Print exactly the lines below between the line holding "#21=ORIENTED_EDGE('',*,*,#20,.F.);" and the line holding "#29=EDGE_CURVE('',#25,#25,#28,.T.);", inclusive, and nothing more.

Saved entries
......
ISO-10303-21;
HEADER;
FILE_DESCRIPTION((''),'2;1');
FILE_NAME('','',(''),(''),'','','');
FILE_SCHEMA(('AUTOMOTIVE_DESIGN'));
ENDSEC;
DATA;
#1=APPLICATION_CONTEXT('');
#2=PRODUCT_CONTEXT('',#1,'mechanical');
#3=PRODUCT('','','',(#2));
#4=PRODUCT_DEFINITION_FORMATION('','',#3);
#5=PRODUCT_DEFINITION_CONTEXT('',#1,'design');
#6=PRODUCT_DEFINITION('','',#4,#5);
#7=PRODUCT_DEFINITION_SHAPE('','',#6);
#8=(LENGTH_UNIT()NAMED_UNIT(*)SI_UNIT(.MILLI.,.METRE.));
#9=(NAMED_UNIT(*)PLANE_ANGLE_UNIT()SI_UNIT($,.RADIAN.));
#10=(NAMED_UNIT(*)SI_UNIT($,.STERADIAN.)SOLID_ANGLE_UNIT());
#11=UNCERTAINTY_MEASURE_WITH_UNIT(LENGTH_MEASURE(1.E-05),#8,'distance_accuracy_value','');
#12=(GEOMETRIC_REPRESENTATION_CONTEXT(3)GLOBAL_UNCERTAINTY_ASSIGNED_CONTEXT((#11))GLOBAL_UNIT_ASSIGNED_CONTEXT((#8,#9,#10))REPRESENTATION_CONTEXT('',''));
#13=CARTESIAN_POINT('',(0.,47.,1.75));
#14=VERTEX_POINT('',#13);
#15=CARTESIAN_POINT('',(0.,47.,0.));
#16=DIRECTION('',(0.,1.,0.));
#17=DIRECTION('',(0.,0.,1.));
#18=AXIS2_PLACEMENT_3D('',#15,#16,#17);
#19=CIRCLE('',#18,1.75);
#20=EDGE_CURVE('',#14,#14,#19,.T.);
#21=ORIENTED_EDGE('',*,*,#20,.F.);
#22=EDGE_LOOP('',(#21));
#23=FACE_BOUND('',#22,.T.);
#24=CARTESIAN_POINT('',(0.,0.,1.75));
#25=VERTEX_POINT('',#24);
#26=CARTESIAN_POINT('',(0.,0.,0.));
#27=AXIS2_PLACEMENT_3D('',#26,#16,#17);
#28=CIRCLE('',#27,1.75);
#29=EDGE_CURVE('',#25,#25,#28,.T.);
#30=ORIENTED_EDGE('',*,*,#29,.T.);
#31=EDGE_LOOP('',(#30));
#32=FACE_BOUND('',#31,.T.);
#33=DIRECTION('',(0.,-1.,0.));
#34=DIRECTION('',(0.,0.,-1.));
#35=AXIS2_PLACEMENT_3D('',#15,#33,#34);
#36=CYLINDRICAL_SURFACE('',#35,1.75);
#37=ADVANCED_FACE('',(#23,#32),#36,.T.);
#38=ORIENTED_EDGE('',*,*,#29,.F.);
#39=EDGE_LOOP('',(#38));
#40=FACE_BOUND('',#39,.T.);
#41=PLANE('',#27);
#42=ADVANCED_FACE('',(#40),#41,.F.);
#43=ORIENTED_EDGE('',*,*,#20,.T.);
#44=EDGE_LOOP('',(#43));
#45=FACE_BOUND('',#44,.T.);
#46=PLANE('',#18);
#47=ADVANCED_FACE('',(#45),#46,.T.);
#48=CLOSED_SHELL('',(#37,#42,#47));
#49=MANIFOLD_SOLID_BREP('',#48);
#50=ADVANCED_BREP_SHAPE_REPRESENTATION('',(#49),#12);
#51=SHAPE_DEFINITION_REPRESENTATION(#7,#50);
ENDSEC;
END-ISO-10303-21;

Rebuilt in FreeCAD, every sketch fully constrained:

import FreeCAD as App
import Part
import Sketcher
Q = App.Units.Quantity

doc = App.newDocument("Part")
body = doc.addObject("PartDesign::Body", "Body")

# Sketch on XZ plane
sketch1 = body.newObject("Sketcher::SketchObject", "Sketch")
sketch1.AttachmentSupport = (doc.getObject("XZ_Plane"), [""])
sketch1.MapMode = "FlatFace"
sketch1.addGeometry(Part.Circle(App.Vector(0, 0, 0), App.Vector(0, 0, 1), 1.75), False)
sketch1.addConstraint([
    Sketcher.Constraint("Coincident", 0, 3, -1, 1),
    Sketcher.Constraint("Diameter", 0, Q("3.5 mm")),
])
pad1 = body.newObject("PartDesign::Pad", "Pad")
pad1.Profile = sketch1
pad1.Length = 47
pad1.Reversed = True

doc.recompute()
......
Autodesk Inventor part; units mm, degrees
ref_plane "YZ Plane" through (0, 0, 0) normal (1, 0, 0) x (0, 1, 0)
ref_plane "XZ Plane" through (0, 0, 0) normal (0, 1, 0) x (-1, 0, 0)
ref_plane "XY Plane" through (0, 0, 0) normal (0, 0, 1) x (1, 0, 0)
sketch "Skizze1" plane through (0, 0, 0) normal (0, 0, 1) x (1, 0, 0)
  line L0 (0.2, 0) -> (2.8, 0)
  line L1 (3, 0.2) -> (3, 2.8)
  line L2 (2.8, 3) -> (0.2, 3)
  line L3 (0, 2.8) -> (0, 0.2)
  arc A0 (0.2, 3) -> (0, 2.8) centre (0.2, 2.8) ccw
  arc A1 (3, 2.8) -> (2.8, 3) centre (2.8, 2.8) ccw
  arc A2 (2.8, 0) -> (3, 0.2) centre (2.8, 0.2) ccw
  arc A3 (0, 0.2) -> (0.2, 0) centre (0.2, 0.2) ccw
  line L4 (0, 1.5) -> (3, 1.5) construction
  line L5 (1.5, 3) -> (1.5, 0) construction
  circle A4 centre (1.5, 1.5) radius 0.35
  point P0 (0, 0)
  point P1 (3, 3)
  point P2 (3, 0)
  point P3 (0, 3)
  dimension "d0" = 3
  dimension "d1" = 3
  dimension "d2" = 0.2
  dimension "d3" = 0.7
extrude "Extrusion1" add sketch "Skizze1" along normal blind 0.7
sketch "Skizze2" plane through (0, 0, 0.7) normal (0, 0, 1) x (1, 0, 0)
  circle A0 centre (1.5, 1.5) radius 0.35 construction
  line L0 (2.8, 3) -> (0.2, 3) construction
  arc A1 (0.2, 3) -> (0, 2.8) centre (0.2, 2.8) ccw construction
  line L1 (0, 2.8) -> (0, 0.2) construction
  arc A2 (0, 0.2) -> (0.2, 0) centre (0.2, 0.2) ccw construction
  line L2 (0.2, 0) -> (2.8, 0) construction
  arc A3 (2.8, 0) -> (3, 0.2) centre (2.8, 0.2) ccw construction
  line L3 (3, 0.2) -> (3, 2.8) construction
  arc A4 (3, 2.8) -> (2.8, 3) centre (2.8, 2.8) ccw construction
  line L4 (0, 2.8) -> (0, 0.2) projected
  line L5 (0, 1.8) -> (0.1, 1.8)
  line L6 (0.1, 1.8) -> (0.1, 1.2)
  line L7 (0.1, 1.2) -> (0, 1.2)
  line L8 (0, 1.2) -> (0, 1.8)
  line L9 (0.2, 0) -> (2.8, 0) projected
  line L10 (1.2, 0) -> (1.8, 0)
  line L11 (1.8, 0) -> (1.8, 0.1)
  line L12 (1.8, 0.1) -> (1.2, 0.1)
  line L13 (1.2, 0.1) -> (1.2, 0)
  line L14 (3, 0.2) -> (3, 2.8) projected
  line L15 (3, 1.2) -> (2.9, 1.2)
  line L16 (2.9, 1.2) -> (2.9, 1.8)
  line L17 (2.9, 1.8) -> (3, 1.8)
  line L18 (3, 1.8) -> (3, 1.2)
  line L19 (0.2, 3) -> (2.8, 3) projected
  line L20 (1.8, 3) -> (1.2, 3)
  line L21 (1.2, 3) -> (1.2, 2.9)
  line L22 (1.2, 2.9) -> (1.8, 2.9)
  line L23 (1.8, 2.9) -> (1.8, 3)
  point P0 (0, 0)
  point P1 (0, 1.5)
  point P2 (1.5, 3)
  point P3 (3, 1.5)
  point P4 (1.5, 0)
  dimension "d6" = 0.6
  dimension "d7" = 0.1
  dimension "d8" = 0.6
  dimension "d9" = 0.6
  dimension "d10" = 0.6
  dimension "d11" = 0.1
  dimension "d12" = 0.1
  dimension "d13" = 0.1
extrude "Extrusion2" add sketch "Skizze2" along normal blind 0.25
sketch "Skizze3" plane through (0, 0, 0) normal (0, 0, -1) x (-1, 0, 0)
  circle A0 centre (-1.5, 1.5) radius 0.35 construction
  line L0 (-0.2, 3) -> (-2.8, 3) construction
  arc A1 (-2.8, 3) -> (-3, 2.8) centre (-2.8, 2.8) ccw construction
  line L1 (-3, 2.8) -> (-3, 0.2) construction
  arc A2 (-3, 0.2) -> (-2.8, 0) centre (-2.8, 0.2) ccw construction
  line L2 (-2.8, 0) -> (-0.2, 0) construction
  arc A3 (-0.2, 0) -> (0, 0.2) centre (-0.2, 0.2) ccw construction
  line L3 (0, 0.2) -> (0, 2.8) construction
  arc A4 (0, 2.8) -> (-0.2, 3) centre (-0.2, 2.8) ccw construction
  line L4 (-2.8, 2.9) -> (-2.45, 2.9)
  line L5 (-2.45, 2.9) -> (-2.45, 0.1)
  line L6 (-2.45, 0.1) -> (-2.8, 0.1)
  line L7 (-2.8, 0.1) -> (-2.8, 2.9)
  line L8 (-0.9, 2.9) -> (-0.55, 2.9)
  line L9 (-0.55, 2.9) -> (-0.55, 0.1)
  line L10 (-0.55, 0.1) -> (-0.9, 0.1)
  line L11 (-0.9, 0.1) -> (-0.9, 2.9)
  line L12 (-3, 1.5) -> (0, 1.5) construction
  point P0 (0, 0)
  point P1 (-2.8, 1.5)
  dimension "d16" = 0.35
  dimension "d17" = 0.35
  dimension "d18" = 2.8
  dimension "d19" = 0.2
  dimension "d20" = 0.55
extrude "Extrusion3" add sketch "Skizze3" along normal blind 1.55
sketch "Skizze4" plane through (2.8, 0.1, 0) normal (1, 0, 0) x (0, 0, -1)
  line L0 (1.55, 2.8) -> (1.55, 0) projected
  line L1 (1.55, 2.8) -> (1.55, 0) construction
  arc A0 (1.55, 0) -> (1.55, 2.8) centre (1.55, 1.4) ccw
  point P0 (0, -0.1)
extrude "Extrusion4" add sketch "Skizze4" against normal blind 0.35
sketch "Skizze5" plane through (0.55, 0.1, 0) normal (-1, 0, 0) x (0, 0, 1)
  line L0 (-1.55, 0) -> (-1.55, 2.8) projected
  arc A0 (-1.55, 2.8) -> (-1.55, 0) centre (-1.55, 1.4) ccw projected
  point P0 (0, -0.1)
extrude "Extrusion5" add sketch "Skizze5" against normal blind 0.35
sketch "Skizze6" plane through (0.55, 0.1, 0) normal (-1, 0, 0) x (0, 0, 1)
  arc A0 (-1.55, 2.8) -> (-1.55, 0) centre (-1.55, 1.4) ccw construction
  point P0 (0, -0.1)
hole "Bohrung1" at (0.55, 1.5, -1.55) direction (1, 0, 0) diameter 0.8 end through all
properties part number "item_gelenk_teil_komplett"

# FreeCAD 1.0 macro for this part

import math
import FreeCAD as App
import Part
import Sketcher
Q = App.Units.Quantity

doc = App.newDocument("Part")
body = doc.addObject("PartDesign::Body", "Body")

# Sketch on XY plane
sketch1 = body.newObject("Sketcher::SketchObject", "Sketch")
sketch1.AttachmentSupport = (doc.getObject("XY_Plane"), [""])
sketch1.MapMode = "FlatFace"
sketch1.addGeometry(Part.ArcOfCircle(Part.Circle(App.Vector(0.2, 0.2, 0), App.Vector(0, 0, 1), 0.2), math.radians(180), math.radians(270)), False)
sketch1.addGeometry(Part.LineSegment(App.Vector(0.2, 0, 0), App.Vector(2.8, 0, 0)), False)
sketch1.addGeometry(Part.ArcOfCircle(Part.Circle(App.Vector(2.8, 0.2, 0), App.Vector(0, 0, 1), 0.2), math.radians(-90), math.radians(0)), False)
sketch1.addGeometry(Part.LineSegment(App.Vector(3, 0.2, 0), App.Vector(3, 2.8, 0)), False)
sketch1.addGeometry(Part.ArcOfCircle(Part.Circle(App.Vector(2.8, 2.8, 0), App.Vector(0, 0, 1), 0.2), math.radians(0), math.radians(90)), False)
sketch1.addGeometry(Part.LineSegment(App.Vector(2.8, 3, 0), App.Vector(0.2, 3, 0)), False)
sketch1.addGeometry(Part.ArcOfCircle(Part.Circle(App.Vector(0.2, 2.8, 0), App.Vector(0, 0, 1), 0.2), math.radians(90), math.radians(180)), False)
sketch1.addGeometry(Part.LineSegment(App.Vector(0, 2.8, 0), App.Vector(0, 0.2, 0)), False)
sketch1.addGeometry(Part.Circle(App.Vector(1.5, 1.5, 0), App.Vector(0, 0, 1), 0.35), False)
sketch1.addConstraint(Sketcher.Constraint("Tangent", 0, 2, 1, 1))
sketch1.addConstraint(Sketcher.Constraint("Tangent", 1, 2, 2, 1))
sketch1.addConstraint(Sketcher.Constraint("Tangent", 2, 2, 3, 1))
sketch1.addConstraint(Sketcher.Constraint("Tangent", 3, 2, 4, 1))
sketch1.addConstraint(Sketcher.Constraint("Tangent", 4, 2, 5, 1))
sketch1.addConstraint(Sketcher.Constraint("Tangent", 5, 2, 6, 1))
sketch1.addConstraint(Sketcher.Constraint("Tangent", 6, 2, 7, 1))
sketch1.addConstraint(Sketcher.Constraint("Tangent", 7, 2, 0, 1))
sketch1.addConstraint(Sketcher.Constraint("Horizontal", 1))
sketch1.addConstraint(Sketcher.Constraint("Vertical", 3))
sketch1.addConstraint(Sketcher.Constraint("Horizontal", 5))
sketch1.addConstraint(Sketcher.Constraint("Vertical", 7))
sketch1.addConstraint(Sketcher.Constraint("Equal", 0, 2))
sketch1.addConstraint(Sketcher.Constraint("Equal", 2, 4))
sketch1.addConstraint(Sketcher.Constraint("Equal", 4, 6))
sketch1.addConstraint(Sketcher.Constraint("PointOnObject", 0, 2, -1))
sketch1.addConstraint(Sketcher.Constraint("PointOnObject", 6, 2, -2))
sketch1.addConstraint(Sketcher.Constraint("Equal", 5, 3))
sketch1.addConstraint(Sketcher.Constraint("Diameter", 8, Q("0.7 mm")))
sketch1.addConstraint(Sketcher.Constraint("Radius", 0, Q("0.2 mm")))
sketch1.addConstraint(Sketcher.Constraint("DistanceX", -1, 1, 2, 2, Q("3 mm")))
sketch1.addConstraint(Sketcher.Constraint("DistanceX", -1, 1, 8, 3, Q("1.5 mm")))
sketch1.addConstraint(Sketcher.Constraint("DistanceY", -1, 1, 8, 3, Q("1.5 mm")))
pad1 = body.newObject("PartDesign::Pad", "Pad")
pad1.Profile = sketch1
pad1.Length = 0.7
......
__Output of the task__:
#21=ORIENTED_EDGE('',*,*,#20,.F.);
#22=EDGE_LOOP('',(#21));
#23=FACE_BOUND('',#22,.T.);
#24=CARTESIAN_POINT('',(0.,0.,1.75));
#25=VERTEX_POINT('',#24);
#26=CARTESIAN_POINT('',(0.,0.,0.));
#27=AXIS2_PLACEMENT_3D('',#26,#16,#17);
#28=CIRCLE('',#27,1.75);
#29=EDGE_CURVE('',#25,#25,#28,.T.);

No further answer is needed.